Since we live in North Carolina and it isn't in the house, it does get hot. So we have a fan on top of the tank and if it gets to hot we have a widow a/c unit.

Brooks


----------



## Guest (Jun 20, 2005)

Here are some updated pics, we went to home depot and got some DryLock and I have started to seal the cement backerboard. You can't see it very well, but it's there
















I used mortar here to fill in the holes.


----------



## Guest (Jun 20, 2005)

what do you plan on keeping in there?


----------



## Guest (Jun 20, 2005)

Since it is so big, it will probably house a trio of basti's and a pair of amazonicus. I still don't know about the amazonicus. The viv is about 270 gallons so for 5 frogs they should be fine. And it will be heavily planted thanks to harry and deven. 
Brooks


----------



## Moe (Feb 15, 2004)

Hm...can you post the dimensions? The pics makes it seem the tank is as big as the room.  

M.N


----------



## Guest (Jun 20, 2005)

I would like that to be true :lol: :lol: 

It is about 6'x2'x3' (LxWxH)

Brooks


----------



## Guest (Jun 21, 2005)

I worked a little bit more on it today. The tank itself is done, but I need to seal it one more time. I am sopposed to get some wood and rocks and hardscape stuff from deven this week and will be on vacation for 2 weeks. So, I don't think it will be worked on for a while.

brooks


----------



## Guest (Jul 9, 2005)

Well, I got back from Florida and found a lot of neat stuff for my viv. I finsihed putting the glass that keeps the water in and will post pics tommorow. Anyway my stuff from deven is supposed to be here wed as well as my vittatus. 

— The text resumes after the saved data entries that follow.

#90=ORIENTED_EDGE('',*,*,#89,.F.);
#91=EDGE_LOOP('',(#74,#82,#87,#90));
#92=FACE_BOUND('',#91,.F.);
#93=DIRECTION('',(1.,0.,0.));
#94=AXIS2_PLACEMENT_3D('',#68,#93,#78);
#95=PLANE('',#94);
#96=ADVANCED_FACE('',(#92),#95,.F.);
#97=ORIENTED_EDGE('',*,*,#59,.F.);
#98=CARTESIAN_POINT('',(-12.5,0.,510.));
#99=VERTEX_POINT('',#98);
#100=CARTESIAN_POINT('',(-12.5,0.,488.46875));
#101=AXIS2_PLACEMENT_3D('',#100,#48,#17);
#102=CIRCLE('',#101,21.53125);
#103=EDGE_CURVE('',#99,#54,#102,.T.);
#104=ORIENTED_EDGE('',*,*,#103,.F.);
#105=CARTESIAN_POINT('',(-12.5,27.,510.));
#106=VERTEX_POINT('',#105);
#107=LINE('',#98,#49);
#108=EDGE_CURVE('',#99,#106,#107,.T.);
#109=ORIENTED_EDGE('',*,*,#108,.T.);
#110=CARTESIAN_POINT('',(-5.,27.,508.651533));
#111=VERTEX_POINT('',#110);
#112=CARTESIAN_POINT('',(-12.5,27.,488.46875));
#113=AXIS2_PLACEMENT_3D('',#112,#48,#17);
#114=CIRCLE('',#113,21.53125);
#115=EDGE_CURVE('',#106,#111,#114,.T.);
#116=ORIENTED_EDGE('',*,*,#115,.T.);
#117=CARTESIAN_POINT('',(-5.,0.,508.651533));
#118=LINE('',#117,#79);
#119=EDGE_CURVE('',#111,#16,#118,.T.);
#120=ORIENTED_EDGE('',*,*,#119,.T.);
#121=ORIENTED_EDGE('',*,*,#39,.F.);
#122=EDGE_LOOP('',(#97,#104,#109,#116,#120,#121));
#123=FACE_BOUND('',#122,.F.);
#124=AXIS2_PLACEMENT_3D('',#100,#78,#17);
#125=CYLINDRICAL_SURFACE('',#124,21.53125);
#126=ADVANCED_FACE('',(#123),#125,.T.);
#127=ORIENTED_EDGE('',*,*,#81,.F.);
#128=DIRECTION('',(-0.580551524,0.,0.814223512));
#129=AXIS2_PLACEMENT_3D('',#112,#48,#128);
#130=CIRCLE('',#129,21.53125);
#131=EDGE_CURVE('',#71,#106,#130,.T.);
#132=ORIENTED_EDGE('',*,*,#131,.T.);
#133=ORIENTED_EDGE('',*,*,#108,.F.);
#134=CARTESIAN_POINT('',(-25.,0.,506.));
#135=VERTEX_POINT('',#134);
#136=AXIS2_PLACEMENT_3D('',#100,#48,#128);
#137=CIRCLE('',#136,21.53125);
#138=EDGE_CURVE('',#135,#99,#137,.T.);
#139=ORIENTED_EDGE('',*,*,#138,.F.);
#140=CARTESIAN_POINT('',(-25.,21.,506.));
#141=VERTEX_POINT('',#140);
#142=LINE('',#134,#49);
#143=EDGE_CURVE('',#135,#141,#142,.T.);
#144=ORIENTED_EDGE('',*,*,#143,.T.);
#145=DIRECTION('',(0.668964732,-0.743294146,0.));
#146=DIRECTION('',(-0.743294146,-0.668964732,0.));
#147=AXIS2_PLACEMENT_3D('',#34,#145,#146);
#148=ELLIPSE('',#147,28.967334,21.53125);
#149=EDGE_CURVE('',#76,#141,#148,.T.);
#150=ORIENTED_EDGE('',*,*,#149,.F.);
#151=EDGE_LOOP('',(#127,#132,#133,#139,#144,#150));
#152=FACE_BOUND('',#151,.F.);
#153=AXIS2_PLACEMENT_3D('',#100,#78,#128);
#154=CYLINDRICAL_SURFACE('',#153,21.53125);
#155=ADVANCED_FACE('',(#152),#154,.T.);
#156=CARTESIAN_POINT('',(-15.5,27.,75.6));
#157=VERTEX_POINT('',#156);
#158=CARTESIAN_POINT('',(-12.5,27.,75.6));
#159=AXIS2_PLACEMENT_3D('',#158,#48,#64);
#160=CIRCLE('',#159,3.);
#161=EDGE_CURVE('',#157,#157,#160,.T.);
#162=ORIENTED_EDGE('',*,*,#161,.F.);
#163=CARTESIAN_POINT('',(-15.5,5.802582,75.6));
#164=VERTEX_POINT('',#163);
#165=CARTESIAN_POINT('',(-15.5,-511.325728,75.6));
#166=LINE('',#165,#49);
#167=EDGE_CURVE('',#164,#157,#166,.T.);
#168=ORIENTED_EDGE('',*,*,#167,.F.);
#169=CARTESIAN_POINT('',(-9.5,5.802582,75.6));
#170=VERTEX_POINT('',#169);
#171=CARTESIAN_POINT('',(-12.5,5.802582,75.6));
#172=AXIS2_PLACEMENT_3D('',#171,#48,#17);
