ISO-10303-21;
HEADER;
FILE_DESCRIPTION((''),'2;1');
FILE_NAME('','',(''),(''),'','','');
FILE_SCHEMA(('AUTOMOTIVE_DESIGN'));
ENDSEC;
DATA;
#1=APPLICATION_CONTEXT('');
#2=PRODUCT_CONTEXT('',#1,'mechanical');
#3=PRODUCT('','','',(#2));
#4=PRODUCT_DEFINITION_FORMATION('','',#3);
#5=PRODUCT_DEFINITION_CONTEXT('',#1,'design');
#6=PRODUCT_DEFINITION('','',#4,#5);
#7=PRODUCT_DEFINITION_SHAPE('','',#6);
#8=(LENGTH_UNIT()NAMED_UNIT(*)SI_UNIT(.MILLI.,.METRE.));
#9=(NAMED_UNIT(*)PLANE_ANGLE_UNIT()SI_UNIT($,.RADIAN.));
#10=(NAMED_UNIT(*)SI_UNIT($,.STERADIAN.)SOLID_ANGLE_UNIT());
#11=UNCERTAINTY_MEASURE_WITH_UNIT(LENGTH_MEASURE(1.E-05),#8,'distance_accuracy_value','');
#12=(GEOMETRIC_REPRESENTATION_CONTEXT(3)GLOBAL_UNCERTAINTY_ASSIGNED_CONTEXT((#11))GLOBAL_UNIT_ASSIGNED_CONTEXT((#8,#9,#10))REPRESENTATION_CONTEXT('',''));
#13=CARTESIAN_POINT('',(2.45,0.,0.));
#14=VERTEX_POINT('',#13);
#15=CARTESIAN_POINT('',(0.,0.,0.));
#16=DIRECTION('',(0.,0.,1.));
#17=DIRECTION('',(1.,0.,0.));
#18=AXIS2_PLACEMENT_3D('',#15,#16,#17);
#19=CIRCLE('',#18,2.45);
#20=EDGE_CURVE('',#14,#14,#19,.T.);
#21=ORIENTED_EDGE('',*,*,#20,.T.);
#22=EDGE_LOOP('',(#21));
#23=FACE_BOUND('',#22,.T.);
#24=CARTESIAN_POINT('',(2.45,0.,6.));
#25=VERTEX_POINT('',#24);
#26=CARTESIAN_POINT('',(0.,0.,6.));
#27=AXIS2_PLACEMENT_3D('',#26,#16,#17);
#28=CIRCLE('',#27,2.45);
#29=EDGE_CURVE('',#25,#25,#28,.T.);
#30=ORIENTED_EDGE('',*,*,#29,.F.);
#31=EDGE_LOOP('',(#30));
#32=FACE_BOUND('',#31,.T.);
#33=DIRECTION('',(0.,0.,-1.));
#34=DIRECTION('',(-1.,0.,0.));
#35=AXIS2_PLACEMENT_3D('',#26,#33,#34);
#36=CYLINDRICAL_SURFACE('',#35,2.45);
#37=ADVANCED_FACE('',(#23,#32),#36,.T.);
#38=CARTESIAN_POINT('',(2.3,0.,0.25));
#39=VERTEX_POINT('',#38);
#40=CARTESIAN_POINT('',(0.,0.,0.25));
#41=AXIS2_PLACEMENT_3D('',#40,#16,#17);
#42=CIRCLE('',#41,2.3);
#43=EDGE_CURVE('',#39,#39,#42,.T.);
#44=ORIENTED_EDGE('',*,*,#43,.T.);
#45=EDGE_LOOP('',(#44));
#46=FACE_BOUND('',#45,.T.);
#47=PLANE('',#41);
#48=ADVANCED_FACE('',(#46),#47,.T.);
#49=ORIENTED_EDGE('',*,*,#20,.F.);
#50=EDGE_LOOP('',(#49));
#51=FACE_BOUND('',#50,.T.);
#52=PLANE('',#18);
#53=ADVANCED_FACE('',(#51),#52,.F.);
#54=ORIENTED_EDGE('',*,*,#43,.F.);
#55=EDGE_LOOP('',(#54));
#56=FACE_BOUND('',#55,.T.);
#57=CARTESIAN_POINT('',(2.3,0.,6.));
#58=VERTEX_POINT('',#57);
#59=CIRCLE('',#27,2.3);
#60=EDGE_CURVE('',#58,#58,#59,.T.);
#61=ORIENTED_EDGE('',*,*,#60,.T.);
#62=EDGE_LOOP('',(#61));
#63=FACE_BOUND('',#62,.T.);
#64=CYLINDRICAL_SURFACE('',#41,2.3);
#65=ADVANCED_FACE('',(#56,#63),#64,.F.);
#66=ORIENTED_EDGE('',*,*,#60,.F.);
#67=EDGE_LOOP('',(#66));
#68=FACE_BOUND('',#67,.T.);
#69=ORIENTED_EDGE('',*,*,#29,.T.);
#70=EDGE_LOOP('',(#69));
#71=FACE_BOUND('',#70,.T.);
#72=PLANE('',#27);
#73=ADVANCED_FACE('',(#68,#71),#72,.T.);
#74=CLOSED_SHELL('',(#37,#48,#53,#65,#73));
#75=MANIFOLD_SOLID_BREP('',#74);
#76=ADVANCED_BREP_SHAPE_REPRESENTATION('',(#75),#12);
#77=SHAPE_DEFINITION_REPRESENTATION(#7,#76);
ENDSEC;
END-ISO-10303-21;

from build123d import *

# Parameters (mm, degrees)
SKETCH1_R           = 2.45
BOSS_EXTRUDE1_DEPTH = 6
SKETCH2_R           = 2.3
CUT_EXTRUDE1_DEPTH  = 5.75


with BuildPart() as part:
    # Sketch1 → Boss-Extrude1 (new body)
    with BuildSketch(Plane.XY):
        Circle(SKETCH1_R)
    extrude(amount=BOSS_EXTRUDE1_DEPTH)

    # Sketch2 → Cut-Extrude1 (cut)
    with BuildSketch(Plane.XY.offset(6)):
        Circle(SKETCH2_R)
    extrude(amount=-CUT_EXTRUDE1_DEPTH, mode=Mode.SUBTRACT)


solid = part.part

By the way we went to a pet store and they had crossed up auratus'

Brooks


----------



## Guest (Jul 13, 2005)

Bump

I got my Vittatus today.  Does anyone have suggestions???

Brooks


----------



## JoshKaptur (Feb 17, 2004)

Yes, pictures.


----------



## MJ (Jun 16, 2005)

where are the pictures!!!!!!!!!!!!! come on man where in suspense (sp?)
we need to see some pics :!:


----------



## Guest (Jul 13, 2005)

Well, my dad left the USB thingy for the camera at work. :evil: :evil: So I won't have any until monday. But I will say that my stuff from Deven is supposed to come in and it should be done by Saturday.
Brooks


----------



## booboo (Jan 22, 2005)

How are you going to control the heat?


----------



## Guest (Jul 14, 2005)

I have giving this some more thought and have decided to use an old window a/c unit.

Devens stuff did not come and as a matter of fact was not even shipped

Brooks


----------



## Guest (Jul 15, 2005)

Well, I don't know what to do. Deven supplies still haven't been shipped and I am way behind on my building. I don't know what to do. 

Anybody???????

Brooks


----------



## booboo (Jan 22, 2005)

Sorry to hear the news. Hope it arrives. try and find stuff at hard ware stores


----------



## Guest (Jul 16, 2005)

Well, I am sure just about everyone here knows Harry at cloudjungle, so I just got back from his house and it was amazing. I got so many neat things. I really only need wood to finish.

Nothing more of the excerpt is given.